Everyone's experience will vary, but in my experience, the fun is really in making/exploring patches. Hours will fly by, maybe nothing will be recorded, but man, I will have had a blast, and will truly enjoy pulling out all cables to start fresh next time, tabula rasa.


----------



## JPQ (Aug 19, 2017)

I thinked small modular setup but when i remember its price makes me think is there any nice sounding small analog synths what i buy instead with same price. and i say yes. i dont have room big modular or big analog. generally modern cheap analog sounds best solution i allready have one but if something different sounding. and i really love patch memory thing. I not fully still sure what route i go with music i want do many different things money income limits i must very likely foucus more one thing in music side.


----------



## JPQ (Aug 19, 2017)

This video sounds nice but some videos sound plain ugly to my ears.


----------



## jononotbono (Aug 19, 2017)

I would love to get into this world at some point but finances stop me at the minute so I'm trying to become good with Soft Synths at the minute and having a blast trying to figure it al out. I think any piece of Hardware that will separate you from what everybody uses in the box is a great thing. Looks really creative too! Next year I will start small and buy the Behringher Deepmind 12 as my first Hardware synth. I know, Baby steps and light years from Modular stuff but it will be a start!


----------



## synthpunk (Aug 19, 2017)

Some people like changing the oil in their automobile or doing repairs to the engine other people like turning knobs and plugging in cables and experimentation along with extreme sound design. 
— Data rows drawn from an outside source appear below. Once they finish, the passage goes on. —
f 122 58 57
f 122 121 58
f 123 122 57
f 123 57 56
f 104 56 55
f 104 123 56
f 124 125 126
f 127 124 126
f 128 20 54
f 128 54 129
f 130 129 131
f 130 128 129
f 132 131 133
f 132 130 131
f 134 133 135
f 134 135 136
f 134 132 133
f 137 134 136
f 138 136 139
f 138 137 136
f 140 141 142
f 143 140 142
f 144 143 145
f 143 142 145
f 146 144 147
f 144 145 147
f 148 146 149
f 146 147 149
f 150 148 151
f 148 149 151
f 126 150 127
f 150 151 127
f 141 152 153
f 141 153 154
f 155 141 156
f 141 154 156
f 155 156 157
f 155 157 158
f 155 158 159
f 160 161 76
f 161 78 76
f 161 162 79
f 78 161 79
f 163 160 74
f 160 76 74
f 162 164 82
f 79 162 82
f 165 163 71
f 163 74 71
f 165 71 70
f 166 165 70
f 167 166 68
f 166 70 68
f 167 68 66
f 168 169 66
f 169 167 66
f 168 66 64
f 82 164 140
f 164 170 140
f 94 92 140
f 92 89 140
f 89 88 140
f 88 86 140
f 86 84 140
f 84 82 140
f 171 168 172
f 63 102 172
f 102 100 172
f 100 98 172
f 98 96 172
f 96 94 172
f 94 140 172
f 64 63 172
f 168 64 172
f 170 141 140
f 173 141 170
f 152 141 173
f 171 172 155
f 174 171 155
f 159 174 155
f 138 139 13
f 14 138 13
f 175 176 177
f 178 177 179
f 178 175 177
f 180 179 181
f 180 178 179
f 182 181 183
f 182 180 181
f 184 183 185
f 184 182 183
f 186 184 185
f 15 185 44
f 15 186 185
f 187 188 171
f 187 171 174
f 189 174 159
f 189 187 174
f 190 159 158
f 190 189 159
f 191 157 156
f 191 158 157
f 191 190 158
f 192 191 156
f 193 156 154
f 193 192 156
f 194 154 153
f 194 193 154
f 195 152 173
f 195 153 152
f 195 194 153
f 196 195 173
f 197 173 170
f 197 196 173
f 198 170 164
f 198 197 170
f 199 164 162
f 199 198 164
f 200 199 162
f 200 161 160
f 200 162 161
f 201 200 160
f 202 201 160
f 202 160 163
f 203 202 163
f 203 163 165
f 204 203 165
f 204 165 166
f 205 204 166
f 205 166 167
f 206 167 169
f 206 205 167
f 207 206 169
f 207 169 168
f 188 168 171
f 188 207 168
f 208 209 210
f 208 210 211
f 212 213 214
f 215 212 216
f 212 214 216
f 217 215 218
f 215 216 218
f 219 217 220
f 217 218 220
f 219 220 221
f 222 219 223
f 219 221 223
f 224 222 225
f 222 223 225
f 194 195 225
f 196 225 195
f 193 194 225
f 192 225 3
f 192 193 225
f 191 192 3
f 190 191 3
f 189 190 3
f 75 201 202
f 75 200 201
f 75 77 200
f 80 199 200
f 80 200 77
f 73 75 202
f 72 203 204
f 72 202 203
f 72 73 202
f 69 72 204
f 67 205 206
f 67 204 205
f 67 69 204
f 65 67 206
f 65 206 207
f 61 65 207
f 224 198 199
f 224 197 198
Others don't have the time for it and drop the car off at the mechanic or use presets. Whatever floats your boat, life is short. Find something you're passionate about whether it be cars or modular synthesis, and sound design and have fun with it that's what it's all about.

Of course modular synthesis does get a bad name by the large amount of not very tastefully done bug music as I call it that is out there. Then you hear something like the brilliant Venetian Snares or Trent Reznor and see what some of the possibilities are. Then there was the geeky film I Dream of Wires that in my opinion was not a very good promotion of the musicality of the subject either.
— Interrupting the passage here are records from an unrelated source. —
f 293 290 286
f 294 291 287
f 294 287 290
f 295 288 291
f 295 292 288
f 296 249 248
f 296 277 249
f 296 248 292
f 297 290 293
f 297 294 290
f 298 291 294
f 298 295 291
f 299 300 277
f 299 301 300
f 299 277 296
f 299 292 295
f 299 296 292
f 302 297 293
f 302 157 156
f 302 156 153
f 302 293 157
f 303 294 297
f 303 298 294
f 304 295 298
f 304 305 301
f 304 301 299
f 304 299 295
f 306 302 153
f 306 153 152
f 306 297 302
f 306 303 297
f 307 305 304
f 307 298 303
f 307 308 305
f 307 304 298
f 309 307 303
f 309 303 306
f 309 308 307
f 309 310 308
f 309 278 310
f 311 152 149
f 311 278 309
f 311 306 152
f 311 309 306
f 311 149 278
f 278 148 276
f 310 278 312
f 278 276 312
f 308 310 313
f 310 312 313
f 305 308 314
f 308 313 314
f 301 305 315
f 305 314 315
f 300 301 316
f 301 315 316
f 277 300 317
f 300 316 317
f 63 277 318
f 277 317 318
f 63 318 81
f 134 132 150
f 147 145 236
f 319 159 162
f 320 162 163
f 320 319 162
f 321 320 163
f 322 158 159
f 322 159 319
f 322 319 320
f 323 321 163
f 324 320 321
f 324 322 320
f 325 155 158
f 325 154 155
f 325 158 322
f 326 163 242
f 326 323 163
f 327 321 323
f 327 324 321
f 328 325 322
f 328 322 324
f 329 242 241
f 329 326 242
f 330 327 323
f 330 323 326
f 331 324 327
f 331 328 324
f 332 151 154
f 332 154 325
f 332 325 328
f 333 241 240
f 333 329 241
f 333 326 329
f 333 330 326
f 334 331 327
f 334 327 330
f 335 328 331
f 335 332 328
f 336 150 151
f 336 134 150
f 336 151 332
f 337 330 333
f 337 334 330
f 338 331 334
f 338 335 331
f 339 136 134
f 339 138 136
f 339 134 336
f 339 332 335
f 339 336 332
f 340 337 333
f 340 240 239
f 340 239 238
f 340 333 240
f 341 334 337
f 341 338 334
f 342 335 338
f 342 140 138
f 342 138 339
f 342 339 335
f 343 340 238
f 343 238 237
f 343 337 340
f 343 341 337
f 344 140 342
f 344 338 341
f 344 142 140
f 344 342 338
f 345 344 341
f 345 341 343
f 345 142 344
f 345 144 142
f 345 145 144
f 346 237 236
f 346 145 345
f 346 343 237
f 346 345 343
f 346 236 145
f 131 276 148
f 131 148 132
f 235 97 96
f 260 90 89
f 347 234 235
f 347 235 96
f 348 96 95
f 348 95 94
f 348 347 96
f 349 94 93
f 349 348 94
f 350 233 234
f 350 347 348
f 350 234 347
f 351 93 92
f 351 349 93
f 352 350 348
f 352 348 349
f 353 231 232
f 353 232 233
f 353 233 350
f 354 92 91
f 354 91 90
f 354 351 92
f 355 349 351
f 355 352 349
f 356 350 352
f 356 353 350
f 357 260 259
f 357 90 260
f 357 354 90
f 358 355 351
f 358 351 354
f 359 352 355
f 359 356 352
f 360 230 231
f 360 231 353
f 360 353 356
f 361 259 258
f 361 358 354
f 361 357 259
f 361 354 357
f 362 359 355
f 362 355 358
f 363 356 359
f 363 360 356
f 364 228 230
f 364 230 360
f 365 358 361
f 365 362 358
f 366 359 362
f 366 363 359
My best advice if it is something that interests you and you want to give a try is the start small or with something already put together like the Kilpatrick Phenol that you can learn on.
http://www.kilpatrickaudio.com/?p=phenol


----------



## dgburns (Aug 19, 2017)

charlieclouser said:


> bug farts and bongos



Bug farts and bongos there are aplenty. But knobs are just plain old fun. Feels like you're doing something, even if your not.
As an aside, I thought the sub37 was going to be a time waster, but it turned out to be strangely efficient at getting me "that sound in my head" that I was searching for rather quickly. And once I got there, I never looked back, I just executed and printed the audio and moved on. Who knew.
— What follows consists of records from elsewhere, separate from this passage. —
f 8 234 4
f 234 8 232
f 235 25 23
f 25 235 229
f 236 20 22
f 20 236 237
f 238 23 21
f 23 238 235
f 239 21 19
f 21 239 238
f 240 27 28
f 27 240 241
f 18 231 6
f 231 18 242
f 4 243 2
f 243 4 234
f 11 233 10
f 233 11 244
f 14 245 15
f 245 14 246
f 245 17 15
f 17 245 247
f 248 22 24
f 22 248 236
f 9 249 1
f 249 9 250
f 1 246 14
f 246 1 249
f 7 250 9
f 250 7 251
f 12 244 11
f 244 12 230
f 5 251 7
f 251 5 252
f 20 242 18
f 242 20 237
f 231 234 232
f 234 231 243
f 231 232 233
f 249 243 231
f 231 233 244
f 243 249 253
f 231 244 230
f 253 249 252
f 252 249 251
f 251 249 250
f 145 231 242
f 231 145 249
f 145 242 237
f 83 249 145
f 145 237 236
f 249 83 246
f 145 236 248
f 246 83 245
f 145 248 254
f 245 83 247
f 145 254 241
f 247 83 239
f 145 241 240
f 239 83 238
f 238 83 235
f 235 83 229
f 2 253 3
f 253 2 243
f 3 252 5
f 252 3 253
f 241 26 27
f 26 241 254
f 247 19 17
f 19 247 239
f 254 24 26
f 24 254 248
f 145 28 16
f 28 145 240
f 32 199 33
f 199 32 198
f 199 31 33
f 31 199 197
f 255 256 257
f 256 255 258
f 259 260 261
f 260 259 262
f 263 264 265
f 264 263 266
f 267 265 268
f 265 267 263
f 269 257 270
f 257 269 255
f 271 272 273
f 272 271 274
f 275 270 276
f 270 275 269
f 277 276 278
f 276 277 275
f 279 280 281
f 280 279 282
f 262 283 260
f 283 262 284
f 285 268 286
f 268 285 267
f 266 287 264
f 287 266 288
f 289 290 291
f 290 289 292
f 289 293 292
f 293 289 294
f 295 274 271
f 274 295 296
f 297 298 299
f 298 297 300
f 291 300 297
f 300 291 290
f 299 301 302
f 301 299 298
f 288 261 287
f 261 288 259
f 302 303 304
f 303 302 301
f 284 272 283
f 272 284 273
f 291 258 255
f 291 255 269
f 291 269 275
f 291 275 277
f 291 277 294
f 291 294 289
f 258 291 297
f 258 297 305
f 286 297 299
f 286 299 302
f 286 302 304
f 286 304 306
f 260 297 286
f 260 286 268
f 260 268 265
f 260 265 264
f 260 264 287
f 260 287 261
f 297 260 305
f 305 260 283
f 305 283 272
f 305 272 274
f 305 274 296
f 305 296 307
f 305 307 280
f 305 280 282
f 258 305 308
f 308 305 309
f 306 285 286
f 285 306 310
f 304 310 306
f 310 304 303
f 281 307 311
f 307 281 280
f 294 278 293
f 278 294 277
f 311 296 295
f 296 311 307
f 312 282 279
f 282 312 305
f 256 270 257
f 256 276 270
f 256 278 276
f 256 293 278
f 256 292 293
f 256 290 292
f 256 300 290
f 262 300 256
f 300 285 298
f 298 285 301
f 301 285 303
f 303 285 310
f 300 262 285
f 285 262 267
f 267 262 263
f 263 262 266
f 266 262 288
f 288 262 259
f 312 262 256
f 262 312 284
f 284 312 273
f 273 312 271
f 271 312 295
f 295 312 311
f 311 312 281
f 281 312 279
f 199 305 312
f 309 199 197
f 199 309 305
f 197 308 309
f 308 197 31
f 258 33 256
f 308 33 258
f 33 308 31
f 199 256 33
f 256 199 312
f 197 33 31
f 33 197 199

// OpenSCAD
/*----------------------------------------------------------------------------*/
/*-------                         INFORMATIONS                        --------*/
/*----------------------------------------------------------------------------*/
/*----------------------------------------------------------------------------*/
I suspect while full blown modulars would require a bit more commitment, there's going to be a great return on your time investment. Mostly it's like an anti-commercial library "we all use the same patches" remedy. And mostly in how it changes your mindset in how you approach creating sound. You go from following the herd to exploring your own path. Tools like that need to be celebrated imho.
I have not yet bonded with the Arturia matrixbrute (did not buy yet) , but I suspect it would be a good step in that direction all in one box...


----------



## karelpsota (Aug 19, 2017)

Great wall decoration. Very good to impress directors when they come in.


----------



## thereus (Aug 19, 2017)

So is it worth practicing with Bazille first?


----------



## gsilbers (Aug 19, 2017)

interesting. ill check some references out.


----------



## Emmanuel Rousseau (Aug 19, 2017)

Had a little improvisation this afternoon, and I'm glad to announce its codename is "Bug farts and bongos".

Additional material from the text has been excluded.